Aim of the task >>
What is needed here is an exact repetition of the records below, beginning at the line that has "f 107 230 226" and stopping after the line that has "f 259 256 258".

--- Input data ---

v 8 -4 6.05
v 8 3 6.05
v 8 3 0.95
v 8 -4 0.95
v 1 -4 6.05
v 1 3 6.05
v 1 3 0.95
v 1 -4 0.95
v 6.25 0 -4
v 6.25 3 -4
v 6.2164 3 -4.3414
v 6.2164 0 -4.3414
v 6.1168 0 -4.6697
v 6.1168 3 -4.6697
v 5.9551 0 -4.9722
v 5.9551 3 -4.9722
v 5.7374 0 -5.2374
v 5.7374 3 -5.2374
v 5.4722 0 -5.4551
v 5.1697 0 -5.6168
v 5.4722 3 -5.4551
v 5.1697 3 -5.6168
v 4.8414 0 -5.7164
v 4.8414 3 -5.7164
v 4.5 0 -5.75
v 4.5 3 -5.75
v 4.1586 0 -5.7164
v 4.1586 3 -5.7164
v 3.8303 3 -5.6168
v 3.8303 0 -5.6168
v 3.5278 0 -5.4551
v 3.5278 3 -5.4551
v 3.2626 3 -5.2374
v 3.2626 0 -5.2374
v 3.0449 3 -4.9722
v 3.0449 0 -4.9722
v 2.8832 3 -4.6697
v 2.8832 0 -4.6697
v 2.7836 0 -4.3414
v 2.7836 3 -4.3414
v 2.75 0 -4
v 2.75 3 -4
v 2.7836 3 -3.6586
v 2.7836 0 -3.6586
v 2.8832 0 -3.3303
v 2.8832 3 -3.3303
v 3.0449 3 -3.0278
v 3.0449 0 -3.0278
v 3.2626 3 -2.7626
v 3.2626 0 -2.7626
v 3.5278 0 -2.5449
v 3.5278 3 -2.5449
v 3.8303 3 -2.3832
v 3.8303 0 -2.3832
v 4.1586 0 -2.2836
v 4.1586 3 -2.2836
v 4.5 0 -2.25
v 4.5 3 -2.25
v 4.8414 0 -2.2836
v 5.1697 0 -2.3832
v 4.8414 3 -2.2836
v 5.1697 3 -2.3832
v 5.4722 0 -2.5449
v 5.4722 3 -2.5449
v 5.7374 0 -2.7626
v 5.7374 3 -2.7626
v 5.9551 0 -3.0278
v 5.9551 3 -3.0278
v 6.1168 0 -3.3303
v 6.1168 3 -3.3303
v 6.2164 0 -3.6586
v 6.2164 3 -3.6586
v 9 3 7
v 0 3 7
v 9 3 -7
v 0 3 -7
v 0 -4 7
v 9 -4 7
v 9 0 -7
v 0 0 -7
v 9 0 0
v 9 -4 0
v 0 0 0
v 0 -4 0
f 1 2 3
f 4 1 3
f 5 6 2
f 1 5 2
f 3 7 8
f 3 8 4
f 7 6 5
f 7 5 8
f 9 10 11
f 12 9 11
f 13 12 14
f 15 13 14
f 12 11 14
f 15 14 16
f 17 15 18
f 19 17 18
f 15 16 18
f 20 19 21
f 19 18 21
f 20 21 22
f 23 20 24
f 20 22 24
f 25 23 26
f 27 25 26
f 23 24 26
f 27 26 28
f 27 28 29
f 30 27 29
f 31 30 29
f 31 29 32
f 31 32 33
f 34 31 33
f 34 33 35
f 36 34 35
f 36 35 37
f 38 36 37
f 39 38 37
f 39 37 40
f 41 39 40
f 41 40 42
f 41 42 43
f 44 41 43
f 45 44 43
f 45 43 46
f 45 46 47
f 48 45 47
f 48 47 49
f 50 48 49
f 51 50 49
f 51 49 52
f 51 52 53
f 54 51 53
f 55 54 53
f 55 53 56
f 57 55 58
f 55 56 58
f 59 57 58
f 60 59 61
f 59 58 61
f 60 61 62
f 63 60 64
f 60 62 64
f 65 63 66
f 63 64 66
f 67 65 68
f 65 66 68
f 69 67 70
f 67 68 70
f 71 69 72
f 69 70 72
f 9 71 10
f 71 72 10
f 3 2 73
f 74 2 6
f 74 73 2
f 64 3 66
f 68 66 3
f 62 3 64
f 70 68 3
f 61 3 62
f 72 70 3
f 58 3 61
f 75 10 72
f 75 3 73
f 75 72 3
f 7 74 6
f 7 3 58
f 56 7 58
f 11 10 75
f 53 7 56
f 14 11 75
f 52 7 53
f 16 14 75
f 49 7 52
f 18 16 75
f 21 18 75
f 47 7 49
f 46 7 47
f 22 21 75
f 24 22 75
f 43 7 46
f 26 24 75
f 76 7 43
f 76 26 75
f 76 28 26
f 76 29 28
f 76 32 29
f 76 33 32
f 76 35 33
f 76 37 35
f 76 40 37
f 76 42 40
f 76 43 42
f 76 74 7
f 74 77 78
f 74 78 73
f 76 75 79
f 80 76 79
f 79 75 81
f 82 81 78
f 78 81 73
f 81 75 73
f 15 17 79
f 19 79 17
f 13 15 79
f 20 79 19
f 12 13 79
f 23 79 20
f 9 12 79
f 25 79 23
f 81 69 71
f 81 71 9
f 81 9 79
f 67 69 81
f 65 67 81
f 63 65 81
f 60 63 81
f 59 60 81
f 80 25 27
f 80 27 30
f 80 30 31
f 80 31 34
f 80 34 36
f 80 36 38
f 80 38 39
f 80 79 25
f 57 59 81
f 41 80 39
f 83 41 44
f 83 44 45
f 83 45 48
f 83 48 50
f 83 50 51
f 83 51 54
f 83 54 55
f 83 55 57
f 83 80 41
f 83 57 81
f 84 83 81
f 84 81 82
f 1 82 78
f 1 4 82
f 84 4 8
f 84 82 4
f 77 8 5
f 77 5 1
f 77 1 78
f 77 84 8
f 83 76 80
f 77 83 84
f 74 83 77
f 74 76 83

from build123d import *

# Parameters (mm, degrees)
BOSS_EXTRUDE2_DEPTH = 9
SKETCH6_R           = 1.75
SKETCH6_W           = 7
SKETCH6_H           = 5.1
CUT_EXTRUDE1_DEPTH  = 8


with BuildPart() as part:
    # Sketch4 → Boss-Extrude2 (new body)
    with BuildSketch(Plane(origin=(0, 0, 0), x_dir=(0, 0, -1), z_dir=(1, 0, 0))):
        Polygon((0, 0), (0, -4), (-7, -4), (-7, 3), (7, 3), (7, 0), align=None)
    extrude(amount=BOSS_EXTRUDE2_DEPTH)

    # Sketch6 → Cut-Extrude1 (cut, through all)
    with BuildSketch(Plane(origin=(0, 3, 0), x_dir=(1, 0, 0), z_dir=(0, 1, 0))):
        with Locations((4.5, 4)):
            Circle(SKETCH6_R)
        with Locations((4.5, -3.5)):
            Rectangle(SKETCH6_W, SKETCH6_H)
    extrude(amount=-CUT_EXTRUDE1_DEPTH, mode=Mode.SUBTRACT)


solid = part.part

---
--- Input data ---

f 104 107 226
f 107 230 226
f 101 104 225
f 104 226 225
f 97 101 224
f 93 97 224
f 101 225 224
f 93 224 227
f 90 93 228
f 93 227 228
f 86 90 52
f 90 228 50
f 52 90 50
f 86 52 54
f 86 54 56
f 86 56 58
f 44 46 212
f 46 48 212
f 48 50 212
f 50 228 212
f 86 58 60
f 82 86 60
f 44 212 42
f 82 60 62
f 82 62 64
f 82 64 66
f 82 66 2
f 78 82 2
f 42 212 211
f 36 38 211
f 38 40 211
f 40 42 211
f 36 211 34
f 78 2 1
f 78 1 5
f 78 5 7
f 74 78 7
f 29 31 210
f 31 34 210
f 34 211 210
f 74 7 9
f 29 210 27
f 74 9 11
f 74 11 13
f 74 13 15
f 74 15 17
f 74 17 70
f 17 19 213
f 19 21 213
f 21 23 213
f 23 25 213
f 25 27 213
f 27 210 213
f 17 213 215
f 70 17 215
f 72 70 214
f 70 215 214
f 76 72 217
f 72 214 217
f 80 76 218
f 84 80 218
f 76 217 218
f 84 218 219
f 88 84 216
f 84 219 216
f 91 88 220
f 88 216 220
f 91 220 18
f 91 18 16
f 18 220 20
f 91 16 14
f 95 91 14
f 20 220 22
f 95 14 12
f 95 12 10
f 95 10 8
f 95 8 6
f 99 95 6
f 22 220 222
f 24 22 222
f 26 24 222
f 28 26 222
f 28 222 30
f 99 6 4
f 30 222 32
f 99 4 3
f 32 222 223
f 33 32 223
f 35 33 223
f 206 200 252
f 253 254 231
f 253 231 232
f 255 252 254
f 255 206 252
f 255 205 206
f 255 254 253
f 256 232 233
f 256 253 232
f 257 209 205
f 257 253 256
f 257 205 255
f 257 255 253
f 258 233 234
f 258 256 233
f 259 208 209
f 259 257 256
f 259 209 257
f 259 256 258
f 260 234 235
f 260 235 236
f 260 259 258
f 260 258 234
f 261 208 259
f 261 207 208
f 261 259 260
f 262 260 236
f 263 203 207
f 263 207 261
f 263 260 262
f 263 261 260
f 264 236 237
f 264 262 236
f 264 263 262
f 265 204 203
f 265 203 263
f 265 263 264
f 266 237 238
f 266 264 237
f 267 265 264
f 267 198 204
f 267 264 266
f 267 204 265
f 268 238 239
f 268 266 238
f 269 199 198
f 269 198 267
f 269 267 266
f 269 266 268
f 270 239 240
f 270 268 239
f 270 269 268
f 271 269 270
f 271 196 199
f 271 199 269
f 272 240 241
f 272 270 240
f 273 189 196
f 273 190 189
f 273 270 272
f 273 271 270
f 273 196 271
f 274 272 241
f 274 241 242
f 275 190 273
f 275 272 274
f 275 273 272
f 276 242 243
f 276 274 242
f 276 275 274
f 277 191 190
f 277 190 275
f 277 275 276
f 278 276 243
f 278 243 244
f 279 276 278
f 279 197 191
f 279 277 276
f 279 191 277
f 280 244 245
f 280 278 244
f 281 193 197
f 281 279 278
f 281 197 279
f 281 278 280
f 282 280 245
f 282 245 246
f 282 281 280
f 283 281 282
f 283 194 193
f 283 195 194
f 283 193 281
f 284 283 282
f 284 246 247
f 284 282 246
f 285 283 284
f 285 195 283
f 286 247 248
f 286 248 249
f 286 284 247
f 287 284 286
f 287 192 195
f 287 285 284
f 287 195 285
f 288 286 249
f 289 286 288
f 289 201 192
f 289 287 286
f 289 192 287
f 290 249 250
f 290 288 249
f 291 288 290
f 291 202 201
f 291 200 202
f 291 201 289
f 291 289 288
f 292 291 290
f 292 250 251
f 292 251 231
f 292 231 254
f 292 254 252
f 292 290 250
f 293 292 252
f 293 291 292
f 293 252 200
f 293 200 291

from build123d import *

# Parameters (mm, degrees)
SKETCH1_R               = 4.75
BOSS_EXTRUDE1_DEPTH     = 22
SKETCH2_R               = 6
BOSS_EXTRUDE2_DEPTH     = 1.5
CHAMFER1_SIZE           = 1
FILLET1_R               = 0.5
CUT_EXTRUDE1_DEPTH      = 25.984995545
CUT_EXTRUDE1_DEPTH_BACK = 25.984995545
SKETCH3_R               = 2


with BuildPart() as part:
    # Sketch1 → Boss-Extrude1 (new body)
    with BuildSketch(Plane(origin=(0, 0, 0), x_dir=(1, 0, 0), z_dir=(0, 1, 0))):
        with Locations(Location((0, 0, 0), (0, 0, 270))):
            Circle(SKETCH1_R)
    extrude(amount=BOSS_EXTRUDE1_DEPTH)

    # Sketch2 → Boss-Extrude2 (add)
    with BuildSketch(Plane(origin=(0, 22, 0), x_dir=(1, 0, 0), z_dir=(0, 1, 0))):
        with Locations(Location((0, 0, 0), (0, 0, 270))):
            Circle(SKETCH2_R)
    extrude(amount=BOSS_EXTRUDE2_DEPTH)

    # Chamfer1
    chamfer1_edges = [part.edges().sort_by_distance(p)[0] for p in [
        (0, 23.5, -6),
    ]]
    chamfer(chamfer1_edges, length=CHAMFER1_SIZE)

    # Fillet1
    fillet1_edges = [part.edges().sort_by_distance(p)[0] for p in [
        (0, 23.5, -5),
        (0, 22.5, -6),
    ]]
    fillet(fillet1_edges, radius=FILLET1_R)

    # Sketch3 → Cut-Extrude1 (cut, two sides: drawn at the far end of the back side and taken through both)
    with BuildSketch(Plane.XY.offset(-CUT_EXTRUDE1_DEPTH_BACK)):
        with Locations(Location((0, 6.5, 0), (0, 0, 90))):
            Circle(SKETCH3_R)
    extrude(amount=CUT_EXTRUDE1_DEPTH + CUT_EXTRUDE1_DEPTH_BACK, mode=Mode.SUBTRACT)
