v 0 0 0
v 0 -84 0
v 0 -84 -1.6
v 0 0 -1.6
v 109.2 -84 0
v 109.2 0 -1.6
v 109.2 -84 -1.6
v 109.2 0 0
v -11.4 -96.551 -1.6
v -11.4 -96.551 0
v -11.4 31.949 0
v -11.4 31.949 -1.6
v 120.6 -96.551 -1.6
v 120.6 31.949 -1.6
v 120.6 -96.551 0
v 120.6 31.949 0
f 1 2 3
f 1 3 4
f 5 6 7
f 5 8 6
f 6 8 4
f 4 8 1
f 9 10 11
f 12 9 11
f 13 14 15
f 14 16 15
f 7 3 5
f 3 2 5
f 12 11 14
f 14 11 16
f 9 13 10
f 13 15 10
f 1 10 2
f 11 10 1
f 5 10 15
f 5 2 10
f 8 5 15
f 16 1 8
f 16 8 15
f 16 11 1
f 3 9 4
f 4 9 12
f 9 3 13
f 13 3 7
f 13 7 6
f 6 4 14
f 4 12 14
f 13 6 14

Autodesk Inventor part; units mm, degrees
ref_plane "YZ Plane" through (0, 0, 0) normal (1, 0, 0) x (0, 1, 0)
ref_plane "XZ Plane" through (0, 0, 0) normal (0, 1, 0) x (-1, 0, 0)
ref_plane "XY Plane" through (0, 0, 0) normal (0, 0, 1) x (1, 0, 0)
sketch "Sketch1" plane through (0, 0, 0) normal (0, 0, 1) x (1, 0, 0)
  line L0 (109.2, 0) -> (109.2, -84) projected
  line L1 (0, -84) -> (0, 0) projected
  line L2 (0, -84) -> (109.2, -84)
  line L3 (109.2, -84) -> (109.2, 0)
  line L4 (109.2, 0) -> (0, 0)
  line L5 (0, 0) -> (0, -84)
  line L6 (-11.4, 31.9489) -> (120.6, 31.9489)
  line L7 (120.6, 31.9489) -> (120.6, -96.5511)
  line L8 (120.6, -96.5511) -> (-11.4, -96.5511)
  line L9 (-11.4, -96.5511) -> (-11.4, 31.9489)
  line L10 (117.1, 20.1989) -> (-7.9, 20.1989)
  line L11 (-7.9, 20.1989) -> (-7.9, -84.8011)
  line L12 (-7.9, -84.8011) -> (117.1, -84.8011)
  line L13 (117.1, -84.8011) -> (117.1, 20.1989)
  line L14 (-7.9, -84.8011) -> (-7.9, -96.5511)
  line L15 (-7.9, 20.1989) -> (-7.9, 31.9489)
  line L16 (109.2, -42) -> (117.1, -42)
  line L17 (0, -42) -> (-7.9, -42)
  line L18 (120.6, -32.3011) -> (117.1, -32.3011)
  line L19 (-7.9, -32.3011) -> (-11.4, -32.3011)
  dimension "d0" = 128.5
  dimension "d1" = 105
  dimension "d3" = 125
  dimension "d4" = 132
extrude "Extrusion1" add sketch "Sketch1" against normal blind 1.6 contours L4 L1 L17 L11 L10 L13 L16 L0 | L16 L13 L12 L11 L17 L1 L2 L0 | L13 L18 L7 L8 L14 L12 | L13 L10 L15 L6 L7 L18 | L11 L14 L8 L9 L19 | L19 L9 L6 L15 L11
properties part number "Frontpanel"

---

Task response >>
f 107 230 226
f 101 104 225
f 104 226 225
f 97 101 224
f 93 97 224
f 101 225 224
f 93 224 227
f 90 93 228
f 93 227 228
f 86 90 52
f 90 228 50
f 52 90 50
f 86 52 54
f 86 54 56
f 86 56 58
f 44 46 212
f 46 48 212
f 48 50 212
f 50 228 212
f 86 58 60
f 82 86 60
f 44 212 42
f 82 60 62
f 82 62 64
f 82 64 66
f 82 66 2
f 78 82 2
f 42 212 211
f 36 38 211
f 38 40 211
f 40 42 211
f 36 211 34
f 78 2 1
f 78 1 5
f 78 5 7
f 74 78 7
f 29 31 210
f 31 34 210
f 34 211 210
f 74 7 9
f 29 210 27
f 74 9 11
f 74 11 13
f 74 13 15
f 74 15 17
f 74 17 70
f 17 19 213
f 19 21 213
f 21 23 213
f 23 25 213
f 25 27 213
f 27 210 213
f 17 213 215
f 70 17 215
f 72 70 214
f 70 215 214
f 76 72 217
f 72 214 217
f 80 76 218
f 84 80 218
f 76 217 218
f 84 218 219
f 88 84 216
f 84 219 216
f 91 88 220
f 88 216 220
f 91 220 18
f 91 18 16
f 18 220 20
f 91 16 14
f 95 91 14
f 20 220 22
f 95 14 12
f 95 12 10
f 95 10 8
f 95 8 6
f 99 95 6
f 22 220 222
f 24 22 222
f 26 24 222
f 28 26 222
f 28 222 30
f 99 6 4
f 30 222 32
f 99 4 3
f 32 222 223
f 33 32 223
f 35 33 223
f 206 200 252
f 253 254 231
f 253 231 232
f 255 252 254
f 255 206 252
f 255 205 206
f 255 254 253
f 256 232 233
f 256 253 232
f 257 209 205
f 257 253 256
f 257 205 255
f 257 255 253
f 258 233 234
f 258 256 233
f 259 208 209
f 259 257 256
f 259 209 257
f 259 256 258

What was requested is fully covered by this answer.